Map of life expectancy at birth from Global Education Project.

Wednesday, December 19, 2007

Morpheus

Last night I dreamed that some musician friends and I went down to the bottom of the ocean to play with John Coltrane. To get there, all we had to do was will ourselves to sink. At first, everybody was holding his breath but I realized we could breathe the water. It was a long way down. When we got there, the bottom was sandy. I was worried I might step on some life forms -- you could scarcely see as far as your feet -- but it was okay.

Pretty soon Trane showed up. I don't know how he knew we were there, and the ocean is mighty big, but somehow we were in the right place. He said sure, he'd jam with us. We started out with a standard blues. For some reason, we all just imitated the sound of our instruments with our voices -- only Trane really played. I guess my subconscious knew better than to have me blowing my sax with Trane. Anyway, he played straight ahead and didn't try to overwhelm us. Elvin Jones once said, to play with Trane, "You gotta be willing to die with the motherfucker," but Trane was cool, he was on our side.

That was the end of the dream, but it got me thinking about John Coltrane. He died much too young, proximally of liver cancer, but it went back to his youthful heroin addiction. He probably had Hepatitis C, and nowadays they would have diagnosed him and probably saved his life, but that was then. Trane's was about the last life you'd want to be cut short. His playing had a restless, searching quality and so did the overall development of his music. He was always changing, always growing. Every year was a radical break from the last one, as he kept looking for the answer in music, the meaning of it all. That spiritual quest started with his struggle to kick his addiction, and ended only when it reached out from the past to kill him. But too many people don't succeed.

There happens to be a serious heroin epidemic in this country right now, that started when the U.S. deposed the Taliban government of Afghanistan and much of the country devolved into narco-fiefdoms. Cheap heroin has been flooding the West every since. According to the annual National Survey on Drug Use and Health, last year was particularly bad -- the prevalence of heroin abuse increased from .0006 to .0014.* That's probably not quite accurate but it's a horrific number.

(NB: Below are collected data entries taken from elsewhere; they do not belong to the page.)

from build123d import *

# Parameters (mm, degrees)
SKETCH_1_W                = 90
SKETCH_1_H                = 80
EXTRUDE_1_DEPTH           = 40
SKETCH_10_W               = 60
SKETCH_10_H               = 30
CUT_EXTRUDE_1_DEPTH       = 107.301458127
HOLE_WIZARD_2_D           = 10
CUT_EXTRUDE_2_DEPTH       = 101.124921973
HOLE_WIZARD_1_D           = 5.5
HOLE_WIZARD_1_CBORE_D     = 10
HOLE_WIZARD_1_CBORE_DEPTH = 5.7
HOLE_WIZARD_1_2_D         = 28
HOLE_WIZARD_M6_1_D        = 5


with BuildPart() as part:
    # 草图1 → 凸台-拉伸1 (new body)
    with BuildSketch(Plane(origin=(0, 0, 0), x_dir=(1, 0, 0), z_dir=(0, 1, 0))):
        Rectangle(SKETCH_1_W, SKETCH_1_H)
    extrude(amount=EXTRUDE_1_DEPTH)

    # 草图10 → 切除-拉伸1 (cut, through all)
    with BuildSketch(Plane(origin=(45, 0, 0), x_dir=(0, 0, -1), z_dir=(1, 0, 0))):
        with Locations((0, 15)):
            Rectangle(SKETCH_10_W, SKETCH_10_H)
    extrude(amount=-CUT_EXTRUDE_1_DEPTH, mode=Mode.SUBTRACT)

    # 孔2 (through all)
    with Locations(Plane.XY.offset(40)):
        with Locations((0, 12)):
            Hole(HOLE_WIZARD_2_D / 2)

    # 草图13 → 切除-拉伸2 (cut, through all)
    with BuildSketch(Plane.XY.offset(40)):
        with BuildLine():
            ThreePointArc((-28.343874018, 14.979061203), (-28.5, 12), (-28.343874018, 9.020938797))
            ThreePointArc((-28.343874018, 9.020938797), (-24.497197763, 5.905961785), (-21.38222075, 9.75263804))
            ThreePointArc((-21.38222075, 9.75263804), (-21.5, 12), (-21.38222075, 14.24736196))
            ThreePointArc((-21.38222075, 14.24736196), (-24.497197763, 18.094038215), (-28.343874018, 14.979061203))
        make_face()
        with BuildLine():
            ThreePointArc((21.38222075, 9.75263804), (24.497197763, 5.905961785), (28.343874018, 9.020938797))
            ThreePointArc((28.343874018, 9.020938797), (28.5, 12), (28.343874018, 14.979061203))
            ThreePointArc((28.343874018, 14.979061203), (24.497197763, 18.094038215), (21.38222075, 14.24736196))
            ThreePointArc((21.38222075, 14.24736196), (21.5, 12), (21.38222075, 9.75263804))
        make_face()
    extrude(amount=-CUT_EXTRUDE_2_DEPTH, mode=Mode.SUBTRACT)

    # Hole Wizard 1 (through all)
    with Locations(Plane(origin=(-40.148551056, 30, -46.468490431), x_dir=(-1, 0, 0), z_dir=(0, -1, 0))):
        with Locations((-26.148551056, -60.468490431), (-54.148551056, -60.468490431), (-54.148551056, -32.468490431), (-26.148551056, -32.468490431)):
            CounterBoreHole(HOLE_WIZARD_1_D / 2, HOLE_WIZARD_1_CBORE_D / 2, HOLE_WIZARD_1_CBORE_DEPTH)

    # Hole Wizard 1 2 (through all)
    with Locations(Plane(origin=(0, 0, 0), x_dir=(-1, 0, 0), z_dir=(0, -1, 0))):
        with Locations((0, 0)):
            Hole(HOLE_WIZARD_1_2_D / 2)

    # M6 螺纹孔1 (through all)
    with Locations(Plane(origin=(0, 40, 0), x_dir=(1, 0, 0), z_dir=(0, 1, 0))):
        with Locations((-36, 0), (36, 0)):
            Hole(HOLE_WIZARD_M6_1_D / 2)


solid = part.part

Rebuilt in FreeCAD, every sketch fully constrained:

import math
import FreeCAD as App
import Part
import Sketcher

V = App.Vector
Q = App.Units.Quantity

doc = App.newDocument("Part")
params = doc.addObject("Spreadsheet::Sheet", "Params")
for row, (alias, value) in enumerate([
    ("sketch1_width", "90 mm"),
    ("sketch1_height", "80 mm"),
    ("pad1_length", "40 mm"),
    ("sketch2_width", "30 mm"),
    ("sketch2_height", "60 mm"),
    ("sketch3_diameter", "10 mm"),
    ("hole_diameter", "10 mm"),
    ("sketch4_radius", "28.5 mm"),
    ("sketch4_radius2", "3.5 mm"),
    ("sketch5_diameter", "5.5 mm"),
    ("hole2_diameter", "5.5 mm"),
    ("hole2_cbore_diameter", "10 mm"),
    ("hole2_cbore_depth", "5.7 mm"),
    ("sketch6_diameter", "28 mm"),
    ("hole3_diameter", "28 mm"),
    ("sketch7_diameter", "5 mm"),
    ("hole4_diameter", "5 mm"),
], start=1):
    params.set(f"A{row}", alias)
    params.set(f"B{row}", "=" + value)
    params.setAlias(f"B{row}", alias)

body = doc.addObject("PartDesign::Body", "Body")

sketch1 = doc.addObject("Sketcher::SketchObject", "Sketch")
body.addObject(sketch1)
sketch1.AttachmentSupport = (doc.XZ_Plane, [""])
sketch1.MapMode = "FlatFace"
sketch1.addGeometry([
    Part.LineSegment(V(-45, -40, 0), V(-45, 40, 0)),
    Part.LineSegment(V(-45, 40, 0), V(45, 40, 0)),
    Part.LineSegment(V(45, 40, 0), V(45, -40, 0)),
    Part.LineSegment(V(45, -40, 0), V(-45, -40, 0)),
], False)
sketch1.addConstraint([
    Sketcher.Constraint("Coincident", 0, 2, 1, 1),
    Sketcher.Constraint("Coincident", 1, 2, 2, 1),
    Sketcher.Constraint("Coincident", 2, 2, 3, 1),
    Sketcher.Constraint("Coincident", 3, 2, 0, 1),
    Sketcher.Constraint("Vertical", 0),
    Sketcher.Constraint("Horizontal", 1),
    Sketcher.Constraint("Vertical", 2),
    Sketcher.Constraint("Horizontal", 3),
    Sketcher.Constraint("Symmetric", 0, 2, 2, 2, -1, 1),
    Sketcher.Constraint("DistanceX", 1, 1, 1, 2, Q("90 mm")),
    Sketcher.Constraint("DistanceY", 0, 1, 0, 2, Q("80 mm")),
])
sketch1.setExpression("Constraints[9]", "Params.sketch1_width")
sketch1.setExpression("Constraints[10]", "Params.sketch1_height")
pad1 = doc.addObject("PartDesign::Pad", "Pad")
body.addObject(pad1)
pad1.Profile = sketch1
pad1.setExpression("Length", "Params.pad1_length")
pad1.Reversed = True

sketch2 = doc.addObject("Sketcher::SketchObject", "Sketch001")
body.addObject(sketch2)
sketch2.AttachmentSupport = (doc.YZ_Plane, [""])
sketch2.MapMode = "FlatFace"
sketch2.AttachmentOffset = App.Placement(V(0, 0, 45), App.Rotation())
sketch2.addGeometry([
    Part.LineSegment(V(30, 30, 0), V(0, 30, 0)),
    Part.LineSegment(V(0, 30, 0), V(0, -30, 0)),
    Part.LineSegment(V(0, -30, 0), V(30, -30, 0)),
    Part.LineSegment(V(30, -30, 0), V(30, 30, 0)),
], False)
sketch2.addConstraint([
    Sketcher.Constraint("Coincident", 0, 2, 1, 1),
    Sketcher.Constraint("Coincident", 1, 2, 2, 1),
    Sketcher.Constraint("Coincident", 2, 2, 3, 1),
    Sketcher.Constraint("Coincident", 3, 2, 0, 1),
    Sketcher.Constraint("Horizontal", 0),
    Sketcher.Constraint("Vertical", 1),
    Sketcher.Constraint("Horizontal", 2),
    Sketcher.Constraint("Vertical", 3),
    Sketcher.Constraint("Symmetric", 0, 2, 1, 2, -1, 1),
    Sketcher.Constraint("DistanceX", 0, 2, 0, 1, Q("30 mm")),
    Sketcher.Constraint("DistanceY", 1, 2, 1, 1, Q("60 mm")),
])
sketch2.setExpression("Constraints[9]", "Params.sketch2_width")
sketch2.setExpression("Constraints[10]", "Params.sketch2_height")
pocket1 = doc.addObject("PartDesign::Pocket", "Pocket")
body.addObject(pocket1)
pocket1.Profile = sketch2
pocket1.Type = "ThroughAll"

sketch3 = doc.addObject("Sketcher::SketchObject", "Sketch002")
body.addObject(sketch3)
sketch3.AttachmentSupport = (doc.XY_Plane, [""])
sketch3.MapMode = "FlatFace"
sketch3.AttachmentOffset = App.Placement(V(0, 0, 40), App.Rotation())
sketch3.addGeometry(Part.Circle(V(0, 12, 0), V(0, 0, 1), 5), False)
sketch3.addConstraint([
    Sketcher.Constraint("PointOnObject", 0, 3, -2),
    Sketcher.Constraint("Diameter", 0, Q("10 mm")),
    Sketcher.Constraint("DistanceY", -1, 1, 0, 3, Q("12 mm")),
])
sketch3.setExpression("Constraints[1]", "Params.sketch3_diameter")
doc.recompute()
hole = doc.addObject("PartDesign::Hole", "Hole")
body.addObject(hole)
hole.Profile = sketch3
hole.ThreadType = "None"
hole.setExpression("Diameter", "Params.hole_diameter")
hole.DepthType = "ThroughAll"

sketch4 = doc.addObject("Sketcher::SketchObject", "Sketch003")
body.addObject(sketch4)
sketch4.AttachmentSupport = (doc.XY_Plane, [""])
sketch4.MapMode = "FlatFace"
sketch4.AttachmentOffset = App.Placement(V(0, 0, 40), App.Rotation())
sketch4.addGeometry([
    Part.ArcOfCircle(Part.Circle(V(0, 12, 0), V(0, 0, 1), 28.5), math.radians(174), math.radians(186)),
    Part.ArcOfCircle(Part.Circle(V(-24.9, 9.4, 0), V(0, 0, 1), 3.5), math.radians(-174), math.radians(6)),
    Part.ArcOfCircle(Part.Circle(V(0, 12, 0), V(0, 0, 1), 21.5), math.radians(174), math.radians(186)),
    Part.ArcOfCircle(Part.Circle(V(-24.9, 14.6, 0), V(0, 0, 1), 3.5), math.radians(-6), math.radians(174)),
    Part.ArcOfCircle(Part.Circle(V(24.9, 9.4, 0), V(0, 0, 1), 3.5), math.radians(174), math.radians(354)),
    Part.ArcOfCircle(Part.Circle(V(0, 12, 0), V(0, 0, 1), 28.5), math.radians(-6), math.radians(6)),
    Part.ArcOfCircle(Part.Circle(V(24.9, 14.6, 0), V(0, 0, 1), 3.5), math.radians(6), math.radians(186)),
    Part.ArcOfCircle(Part.Circle(V(0, 12, 0), V(0, 0, 1), 21.5), math.radians(-6), math.radians(6)),
], False)
sketch4.addConstraint([
    Sketcher.Constraint("Tangent", 0, 2, 1, 1),
    Sketcher.Constraint("Tangent", 1, 2, 2, 2),
    Sketcher.Constraint("Tangent", 2, 1, 3, 1),
    Sketcher.Constraint("Tangent", 3, 2, 0, 1),
    Sketcher.Constraint("Tangent", 4, 2, 5, 1),
    Sketcher.Constraint("Tangent", 5, 2, 6, 1),
    Sketcher.Constraint("Tangent", 6, 2, 7, 2),
    Sketcher.Constraint("Tangent", 7, 1, 4, 1),
    Sketcher.Constraint("Coincident", 2, 3, 0, 3),
    Sketcher.Constraint("Coincident", 5, 3, 0, 3),
    Sketcher.Constraint("Coincident", 7, 3, 0, 3),
    Sketcher.Constraint("Equal", 3, 4),
    Sketcher.Constraint("Equal", 0, 5),
    Sketcher.Constraint("Symmetric", 1, 3, 4, 3, -2),
    Sketcher.Constraint("Horizontal", 3, 3, 6, 3),
    Sketcher.Constraint("Vertical", 1, 3, 3, 3),
    Sketcher.Constraint("Radius", 0, Q("28.5 mm")),
    Sketcher.Constraint("Radius", 1, Q("3.5 mm")),
    Sketcher.Constraint("DistanceY", -1, 1, 0, 3, Q("12 mm")),
    Sketcher.Constraint("DistanceY", 0, 2, 1, 2, Q("0.731699 mm")),
])
sketch4.setExpression("Constraints[16]", "Params.sketch4_radius")
sketch4.setExpression("Constraints[17]", "Params.sketch4_radius2")
pocket2 = doc.addObject("PartDesign::Pocket", "Pocket001")
body.addObject(pocket2)
pocket2.Profile = sketch4
pocket2.Type = "ThroughAll"

sketch5 = doc.addObject("Sketcher::SketchObject", "Sketch004")
body.addObject(sketch5)
sketch5.AttachmentSupport = (doc.XZ_Plane, [""])
sketch5.MapMode = "FlatFace"
sketch5.AttachmentOffset = App.Placement(V(0, 0, -30), App.Rotation())
sketch5.addGeometry([
    Part.Circle(V(-14, 14, 0), V(0, 0, 1), 2.8),
    Part.Circle(V(14, 14, 0), V(0, 0, 1), 2.8),
    Part.Circle(V(14, -14, 0), V(0, 0, 1), 2.8),
    Part.Circle(V(-14, -14, 0), V(0, 0, 1), 2.8),
], False)
sketch5.addConstraint([
    Sketcher.Constraint("Equal", 0, 1),
    Sketcher.Constraint("Equal", 1, 2),
    Sketcher.Constraint("Equal", 2, 3),
    Sketcher.Constraint("Symmetric", 0, 3, 2, 3, -1, 1),
    Sketcher.Constraint("Symmetric", 1, 3, 3, 3, -1, 1),
    Sketcher.Constraint("Symmetric", 0, 3, 1, 3, -2),
    Sketcher.Constraint("Diameter", 0, Q("5.5 mm")),
    Sketcher.Constraint("DistanceX", 0, 3, -1, 1, Q("14 mm")),
    Sketcher.Constraint("DistanceY", -1, 1, 0, 3, Q("14 mm")),
])
sketch5.setExpression("Constraints[6]", "Params.sketch5_diameter")
doc.recompute()
hole2 = doc.addObject("PartDesign::Hole", "Hole001")
body.addObject(hole2)
hole2.Profile = sketch5
hole2.ThreadType = "None"
hole2.setExpression("Diameter", "Params.hole2_diameter")
hole2.DepthType = "ThroughAll"
hole2.HoleCutType = "Counterbore"
hole2.setExpression("HoleCutDiameter", "Params.hole2_cbore_diameter")
hole2.setExpression("HoleCutDepth", "Params.hole2_cbore_depth")

sketch6 = doc.addObject("Sketcher::SketchObject", "Sketch005")
body.addObject(sketch6)
sketch6.AttachmentSupport = (doc.XZ_Plane, [""])
sketch6.MapMode = "FlatFace"
sketch6.addGeometry(Part.Circle(V(0, 0, 0), V(0, 0, 1), 14), False)
sketch6.addConstraint([
    Sketcher.Constraint("Coincident", 0, 3, -1, 1),
    Sketcher.Constraint("Diameter", 0, Q("28 mm")),
])
sketch6.setExpression("Constraints[1]", "Params.sketch6_diameter")
doc.recompute()
hole3 = doc.addObject("PartDesign::Hole", "Hole002")
body.addObject(hole3)
hole3.Profile = sketch6
hole3.ThreadType = "None"
hole3.setExpression("Diameter", "Params.hole3_diameter")
hole3.DepthType = "ThroughAll"

sketch7 = doc.addObject("Sketcher::SketchObject", "Sketch006")
body.addObject(sketch7)
sketch7.AttachmentSupport = (doc.XZ_Plane, [""])
sketch7.MapMode = "FlatFace"
sketch7.AttachmentOffset = App.Placement(V(0, 0, -40), App.Rotation())
sketch7.addGeometry([
    Part.Circle(V(-36, 0, 0), V(0, 0, 1), 2.5),
    Part.Circle(V(36, 0, 0), V(0, 0, 1), 2.5),
], False)
sketch7.addConstraint([
    Sketcher.Constraint("Equal", 0, 1),
    Sketcher.Constraint("Symmetric", 0, 3, 1, 3, -1, 1),
    Sketcher.Constraint("PointOnObject", 0, 3, -1),
    Sketcher.Constraint("Diameter", 0, Q("5 mm")),
    Sketcher.Constraint("DistanceX", 0, 3, -1, 1, Q("36 mm")),
])
sketch7.setExpression("Constraints[3]", "Params.sketch7_diameter")
doc.recompute()
hole4 = doc.addObject("PartDesign::Hole", "Hole003")
body.addObject(hole4)
hole4.Profile = sketch7
hole4.ThreadType = "None"
hole4.setExpression("Diameter", "Params.hole4_diameter")
hole4.DepthType = "ThroughAll"
hole4.Reversed = True

doc.recompute()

We don't hear much about this because it doesn't fit with the narrative of the War on Terra, which was supposed to make us safer. This is just one more way it's killing our children.

*I originally misplaced the decimal points because of the odd way in which SAMHSA reported these numbers. These figures are volatile because they are based on a small number of respondents; in fact it's unlikely the prevalence really doubled in one year. But there is plenty of evidence that we've had an upward trend lately, and this does add to the weight of it. At first I didn't worry about the technicalities too much because I was making a qualitative point, but I realized I owe my readers more rigor.